### Task objective
Would you give the number of lines below in which the string "origin" appears? Nothing else is needed.
────
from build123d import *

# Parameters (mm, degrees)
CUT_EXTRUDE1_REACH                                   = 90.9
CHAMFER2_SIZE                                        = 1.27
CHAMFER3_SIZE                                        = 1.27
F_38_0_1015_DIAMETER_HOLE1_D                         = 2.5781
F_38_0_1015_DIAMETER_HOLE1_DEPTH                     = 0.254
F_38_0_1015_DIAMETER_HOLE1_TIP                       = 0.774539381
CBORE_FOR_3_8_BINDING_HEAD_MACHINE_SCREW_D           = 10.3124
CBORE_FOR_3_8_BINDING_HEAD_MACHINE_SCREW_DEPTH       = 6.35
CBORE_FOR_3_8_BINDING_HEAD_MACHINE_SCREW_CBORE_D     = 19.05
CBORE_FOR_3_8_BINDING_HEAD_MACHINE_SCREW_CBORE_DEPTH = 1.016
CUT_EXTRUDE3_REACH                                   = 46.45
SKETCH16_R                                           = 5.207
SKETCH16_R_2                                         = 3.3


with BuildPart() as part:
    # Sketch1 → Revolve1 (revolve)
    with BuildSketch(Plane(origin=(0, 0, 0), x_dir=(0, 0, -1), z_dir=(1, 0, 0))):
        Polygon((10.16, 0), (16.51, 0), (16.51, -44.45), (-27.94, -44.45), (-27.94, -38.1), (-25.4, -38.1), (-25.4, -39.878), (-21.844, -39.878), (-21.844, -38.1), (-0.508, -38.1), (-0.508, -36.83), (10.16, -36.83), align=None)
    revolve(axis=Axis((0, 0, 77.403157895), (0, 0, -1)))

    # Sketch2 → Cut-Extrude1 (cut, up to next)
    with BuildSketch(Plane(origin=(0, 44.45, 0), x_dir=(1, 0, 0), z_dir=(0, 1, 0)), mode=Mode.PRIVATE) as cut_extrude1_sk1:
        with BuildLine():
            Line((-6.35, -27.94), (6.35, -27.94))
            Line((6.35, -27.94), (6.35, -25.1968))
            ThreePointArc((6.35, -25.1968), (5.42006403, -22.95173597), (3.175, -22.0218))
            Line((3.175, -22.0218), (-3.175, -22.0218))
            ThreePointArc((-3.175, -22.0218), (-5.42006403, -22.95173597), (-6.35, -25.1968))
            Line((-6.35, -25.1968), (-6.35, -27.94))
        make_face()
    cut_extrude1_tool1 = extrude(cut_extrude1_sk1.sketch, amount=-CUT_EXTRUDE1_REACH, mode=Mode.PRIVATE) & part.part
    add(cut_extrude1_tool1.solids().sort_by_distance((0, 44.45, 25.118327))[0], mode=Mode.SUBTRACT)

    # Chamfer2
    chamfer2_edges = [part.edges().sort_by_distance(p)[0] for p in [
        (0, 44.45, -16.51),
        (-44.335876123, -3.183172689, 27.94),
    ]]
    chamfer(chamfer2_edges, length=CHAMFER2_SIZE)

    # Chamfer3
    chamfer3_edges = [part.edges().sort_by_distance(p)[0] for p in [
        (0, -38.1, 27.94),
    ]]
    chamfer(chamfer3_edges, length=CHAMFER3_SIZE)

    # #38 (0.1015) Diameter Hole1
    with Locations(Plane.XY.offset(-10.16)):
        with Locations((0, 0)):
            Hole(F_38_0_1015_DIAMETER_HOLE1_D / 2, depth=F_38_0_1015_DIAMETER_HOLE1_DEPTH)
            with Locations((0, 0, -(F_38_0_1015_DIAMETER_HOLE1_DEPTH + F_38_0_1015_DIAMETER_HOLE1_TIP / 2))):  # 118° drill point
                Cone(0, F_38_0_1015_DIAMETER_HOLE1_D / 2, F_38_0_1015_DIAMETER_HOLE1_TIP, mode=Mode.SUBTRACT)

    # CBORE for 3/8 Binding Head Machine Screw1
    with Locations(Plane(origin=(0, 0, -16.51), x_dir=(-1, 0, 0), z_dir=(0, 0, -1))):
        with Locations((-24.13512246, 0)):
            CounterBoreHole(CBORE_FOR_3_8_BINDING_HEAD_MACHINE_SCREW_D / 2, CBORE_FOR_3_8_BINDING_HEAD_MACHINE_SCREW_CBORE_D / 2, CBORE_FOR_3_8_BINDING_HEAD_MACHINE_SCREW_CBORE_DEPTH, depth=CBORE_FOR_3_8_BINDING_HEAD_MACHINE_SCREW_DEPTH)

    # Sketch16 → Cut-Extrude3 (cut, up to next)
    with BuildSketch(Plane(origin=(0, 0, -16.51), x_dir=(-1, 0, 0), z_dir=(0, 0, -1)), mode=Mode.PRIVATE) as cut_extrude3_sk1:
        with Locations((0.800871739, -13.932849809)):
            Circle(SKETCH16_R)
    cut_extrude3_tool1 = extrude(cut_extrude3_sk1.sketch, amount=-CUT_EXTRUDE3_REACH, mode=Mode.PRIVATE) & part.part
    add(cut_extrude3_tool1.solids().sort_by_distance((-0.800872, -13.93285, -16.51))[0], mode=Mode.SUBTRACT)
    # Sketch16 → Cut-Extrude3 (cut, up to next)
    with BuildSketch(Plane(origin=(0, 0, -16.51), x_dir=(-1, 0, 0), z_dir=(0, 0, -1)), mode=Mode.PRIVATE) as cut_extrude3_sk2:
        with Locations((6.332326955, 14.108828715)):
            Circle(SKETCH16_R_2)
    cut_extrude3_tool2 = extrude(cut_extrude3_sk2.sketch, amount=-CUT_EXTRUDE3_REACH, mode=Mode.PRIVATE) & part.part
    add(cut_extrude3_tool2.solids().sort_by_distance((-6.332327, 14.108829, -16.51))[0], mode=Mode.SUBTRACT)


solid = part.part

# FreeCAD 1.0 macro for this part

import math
import FreeCAD as App
import Part
import Sketcher

V = App.Vector
Q = App.Units.Quantity


def edges_at(feature, points):
    """Names of the edges that pass closest to the given points."""
    edges = feature.Shape.Edges
    near = lambda p: min(range(len(edges)), key=lambda i: edges[i].distToShape(Part.Vertex(*p))[0])
    return sorted({f"Edge{near(p) + 1}" for p in points})

doc = App.newDocument("Part")
body = doc.addObject("PartDesign::Body", "Body")

# Sketch on YZ plane
sketch1 = doc.addObject("Sketcher::SketchObject", "Sketch")
body.addObject(sketch1)
sketch1.AttachmentSupport = (doc.YZ_Plane, [""])
sketch1.MapMode = "FlatFace"
sketch1.addGeometry([
    Part.LineSegment(V(0, -16.5, 0), V(0, -10.2, 0)),  # 0
    Part.LineSegment(V(0, -10.2, 0), V(-36.8, -10.2, 0)),  # 1
    Part.LineSegment(V(-36.8, -10.2, 0), V(-36.8, 0.5, 0)),  # 2
    Part.LineSegment(V(-36.8, 0.5, 0), V(-38.1, 0.5, 0)),  # 3
    Part.LineSegment(V(-38.1, 0.5, 0), V(-38.1, 21.8, 0)),  # 4
    Part.LineSegment(V(-38.1, 21.8, 0), V(-39.9, 21.8, 0)),  # 5
    Part.LineSegment(V(-39.9, 21.8, 0), V(-39.9, 25.4, 0)),  # 6
    Part.LineSegment(V(-39.9, 25.4, 0), V(-38.1, 25.4, 0)),  # 7
    Part.LineSegment(V(-38.1, 25.4, 0), V(-38.1, 27.9, 0)),  # 8
    Part.LineSegment(V(-38.1, 27.9, 0), V(-44.5, 27.9, 0)),  # 9
    Part.LineSegment(V(-44.5, 27.9, 0), V(-44.5, -16.5, 0)),  # 10
    Part.LineSegment(V(-44.5, -16.5, 0), V(0, -16.5, 0)),  # 11
], False)
sketch1.addConstraint([
    Sketcher.Constraint("Coincident", 0, 2, 1, 1),
    Sketcher.Constraint("Coincident", 1, 2, 2, 1),
    Sketcher.Constraint("Coincident", 2, 2, 3, 1),
    Sketcher.Constraint("Coincident", 3, 2, 4, 1),
    Sketcher.Constraint("Coincident", 4, 2, 5, 1),
    Sketcher.Constraint("Coincident", 5, 2, 6, 1),
    Sketcher.Constraint("Coincident", 6, 2, 7, 1),
    Sketcher.Constraint("Coincident", 7, 2, 8, 1),
    Sketcher.Constraint("Coincident", 8, 2, 9, 1),
    Sketcher.Constraint("Coincident", 9, 2, 10, 1),
    Sketcher.Constraint("Coincident", 10, 2, 11, 1),
    Sketcher.Constraint("Coincident", 11, 2, 0, 1),
    Sketcher.Constraint("Vertical", 0),
    Sketcher.Constraint("Horizontal", 1),
    Sketcher.Constraint("Vertical", 2),
    Sketcher.Constraint("Horizontal", 3),
    Sketcher.Constraint("Vertical", 4),
    Sketcher.Constraint("Horizontal", 5),
    Sketcher.Constraint("Vertical", 6),
    Sketcher.Constraint("Horizontal", 7),
    Sketcher.Constraint("Vertical", 8),
    Sketcher.Constraint("Horizontal", 9),
    Sketcher.Constraint("Vertical", 10),
    Sketcher.Constraint("Horizontal", 11),
    Sketcher.Constraint("PointOnObject", 0, 2, -2),
    Sketcher.Constraint("Vertical", 4, 2, 7, 2),
    Sketcher.Constraint("Equal", 9, 0),
    Sketcher.Constraint("Equal", 11, 10),
    Sketcher.Constraint("DistanceY", 8, 1, 8, 2, Q("0.1 in")),
    Sketcher.Constraint("DistanceY", -1, 1, 6, 2, Q("1 in")),
    Sketcher.Constraint("DistanceX", 1, 2, 1, 1, Q("1.45 in")),
    Sketcher.Constraint("DistanceX", 3, 2, 3, 1, Q("0.05 in")),
    Sketcher.Constraint("DistanceX", 5, 2, 5, 1, Q("0.07 in")),
    Sketcher.Constraint("DistanceX", 9, 2, 9, 1, Q("0.25 in")),
    Sketcher.Constraint("DistanceY", 2, 1, 2, 2, Q("0.42 in")),
    Sketcher.Constraint("DistanceY", 4, 1, 4, 2, Q("0.84 in")),
])
revolution = doc.addObject("PartDesign::Revolution", "Revolution")
body.addObject(revolution)
revolution.Profile = sketch1
revolution.ReferenceAxis = (sketch1, ["V_Axis"])
revolution.Angle = 360

# Sketch on XZ plane
sketch2 = doc.addObject("Sketcher::SketchObject", "Sketch001")
body.addObject(sketch2)
sketch2.AttachmentSupport = (doc.XZ_Plane, [""])
sketch2.MapMode = "FlatFace"
sketch2.AttachmentOffset = App.Placement(V(0, 0, -1.75 * 25.4), App.Rotation())
sketch2.addGeometry([
    Part.LineSegment(V(-6.3, 27.9, 0), V(6.3, 27.9, 0)),  # 0
    Part.LineSegment(V(6.3, 27.9, 0), V(6.3, 25.2, 0)),  # 1
    Part.ArcOfCircle(Part.Circle(V(3.2, 25.2, 0), V(0, 0, 1), 3.2), math.radians(-90), math.radians(0)),  # 2
    Part.LineSegment(V(3.2, 22, 0), V(-3.2, 22, 0)),  # 3
    Part.ArcOfCircle(Part.Circle(V(-3.2, 25.2, 0), V(0, 0, 1), 3.2), math.radians(-180), math.radians(-90)),  # 4
    Part.LineSegment(V(-6.3, 25.2, 0), V(-6.3, 27.9, 0)),  # 5
], False)
sketch2.addConstraint([
    Sketcher.Constraint("Coincident", 0, 2, 1, 1),
    Sketcher.Constraint("Tangent", 1, 2, 2, 2),
    Sketcher.Constraint("Tangent", 2, 1, 3, 1),
    Sketcher.Constraint("Tangent", 3, 2, 4, 2),
    Sketcher.Constraint("Tangent", 4, 1, 5, 1),
    Sketcher.Constraint("Coincident", 5, 2, 0, 1),
    Sketcher.Constraint("Horizontal", 0),
    Sketcher.Constraint("Vertical", 1),
    Sketcher.Constraint("Horizontal", 3),
    Sketcher.Constraint("Vertical", 5),
    Sketcher.Constraint("Equal", 2, 4),
    Sketcher.Constraint("DistanceX", 0, 1, 0, 2, Q("0.5 in")),
    Sketcher.Constraint("Radius", 2, Q("0.125 in")),
    Sketcher.Constraint("DistanceY", -1, 1, 0, 2, Q("1.1 in")),
    Sketcher.Constraint("DistanceY", 1, 2, 1, 1, Q("0.108 in")),
    Sketcher.Constraint("DistanceX", -1, 1, 0, 2, Q("0.25 in")),
])
pocket1 = doc.addObject("PartDesign::Pocket", "Pocket")
body.addObject(pocket1)
pocket1.Profile = sketch2
pocket1.Length = 6.882893
pocket1.Reversed = True
doc.recompute()

chamfer = doc.addObject("PartDesign::Chamfer", "Chamfer")
body.addObject(chamfer)
chamfer.Base = (pocket1, edges_at(pocket1, [(0, 44.45, -16.51), (-44.336, -3.183, 27.94)]))
chamfer.Size = Q("0.05 in")
doc.recompute()

chamfer2 = doc.addObject("PartDesign::Chamfer", "Chamfer001")
body.addObject(chamfer2)
chamfer2.Base = (chamfer, edges_at(chamfer, [(0, -38.1, 27.94)]))
chamfer2.Size = Q("0.05 in")

# Sketch on XY plane
sketch3 = doc.addObject("Sketcher::SketchObject", "Sketch002")
body.addObject(sketch3)
sketch3.AttachmentSupport = (doc.XY_Plane, [""])
sketch3.MapMode = "FlatFace"
sketch3.AttachmentOffset = App.Placement(V(0, 0, -0.4 * 25.4), App.Rotation())
sketch3.addGeometry(Part.Circle(V(0, 0, 0), V(0, 0, 1), 1.3), False)
sketch3.addConstraint([
    Sketcher.Constraint("Coincident", 0, 3, -1, 1),
    Sketcher.Constraint("Diameter", 0, Q("0.1015 in")),
])
doc.recompute()
hole = doc.addObject("PartDesign::Hole", "Hole")
body.addObject(hole)
hole.Profile = sketch3
hole.ThreadType = "None"
hole.Diameter = Q("0.1015 in")
hole.DepthType = "Dimension"
hole.Depth = Q("0.01 in")
hole.DrillPoint = "Angled"
hole.DrillPointAngle = 118

# Sketch on XY plane
sketch4 = doc.addObject("Sketcher::SketchObject", "Sketch003")
body.addObject(sketch4)
sketch4.AttachmentSupport = (doc.XY_Plane, [""])
sketch4.MapMode = "FlatFace"
sketch4.AttachmentOffset = App.Placement(V(0, 0, -0.65 * 25.4), App.Rotation())
sketch4.addGeometry(Part.Circle(V(24, 0, 0), V(0, 0, 1), 5), False)
sketch4.addConstraint([
    Sketcher.Constraint("PointOnObject", 0, 3, -1),
    Sketcher.Constraint("Diameter", 0, Q("0.406 in")),
    Sketcher.Constraint("DistanceX", -1, 1, 0, 3, 24.135122),
])
doc.recompute()
hole2 = doc.addObject("PartDesign::Hole", "Hole001")
body.addObject(hole2)
hole2.Profile = sketch4
hole2.ThreadType = "None"
hole2.Diameter = Q("0.406 in")
hole2.DepthType = "Dimension"
hole2.Depth = Q("0.25 in")
hole2.DrillPoint = "Flat"
hole2.HoleCutType = "Counterbore"
hole2.HoleCutDiameter = Q("0.75 in")
hole2.HoleCutDepth = Q("0.04 in")
hole2.Reversed = True

# Sketch on XY plane
sketch5 = doc.addObject("Sketcher::SketchObject", "Sketch004")
body.addObject(sketch5)
sketch5.AttachmentSupport = (doc.XY_Plane, [""])
sketch5.MapMode = "FlatFace"
sketch5.AttachmentOffset = App.Placement(V(0, 0, -0.65 * 25.4), App.Rotation())
sketch5.addGeometry(Part.Circle(V(-1, -14, 0), V(0, 0, 1), 5), False)
sketch5.addConstraint([
    Sketcher.Constraint("Diameter", 0, Q("0.41 in")),
    Sketcher.Constraint("DistanceX", 0, 3, -1, 1, 0.800872),
    Sketcher.Constraint("DistanceY", 0, 3, -1, 1, 13.93285),
])
pocket2 = doc.addObject("PartDesign::Pocket", "Pocket001")
body.addObject(pocket2)
pocket2.Profile = sketch5
pocket2.Type = "UpToFirst"
pocket2.Reversed = True

# Sketch on XY plane
sketch6 = doc.addObject("Sketcher::SketchObject", "Sketch005")
body.addObject(sketch6)
sketch6.AttachmentSupport = (doc.XY_Plane, [""])
sketch6.MapMode = "FlatFace"
sketch6.AttachmentOffset = App.Placement(V(0, 0, -0.65 * 25.4), App.Rotation())
sketch6.addGeometry(Part.Circle(V(-6.3, 14.1, 0), V(0, 0, 1), 3.3), False)
sketch6.addConstraint([
    Sketcher.Constraint("Diameter", 0, 6.6),
    Sketcher.Constraint("DistanceY", -1, 1, 0, 3, 14.108829),
    Sketcher.Constraint("DistanceX", 0, 3, -1, 1, 6.332327),
])
pocket3 = doc.addObject("PartDesign::Pocket", "Pocket002")
body.addObject(pocket3)
pocket3.Profile = sketch6
pocket3.Type = "UpToFirst"
pocket3.Reversed = True

doc.recompute()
────
### Answer for the task
5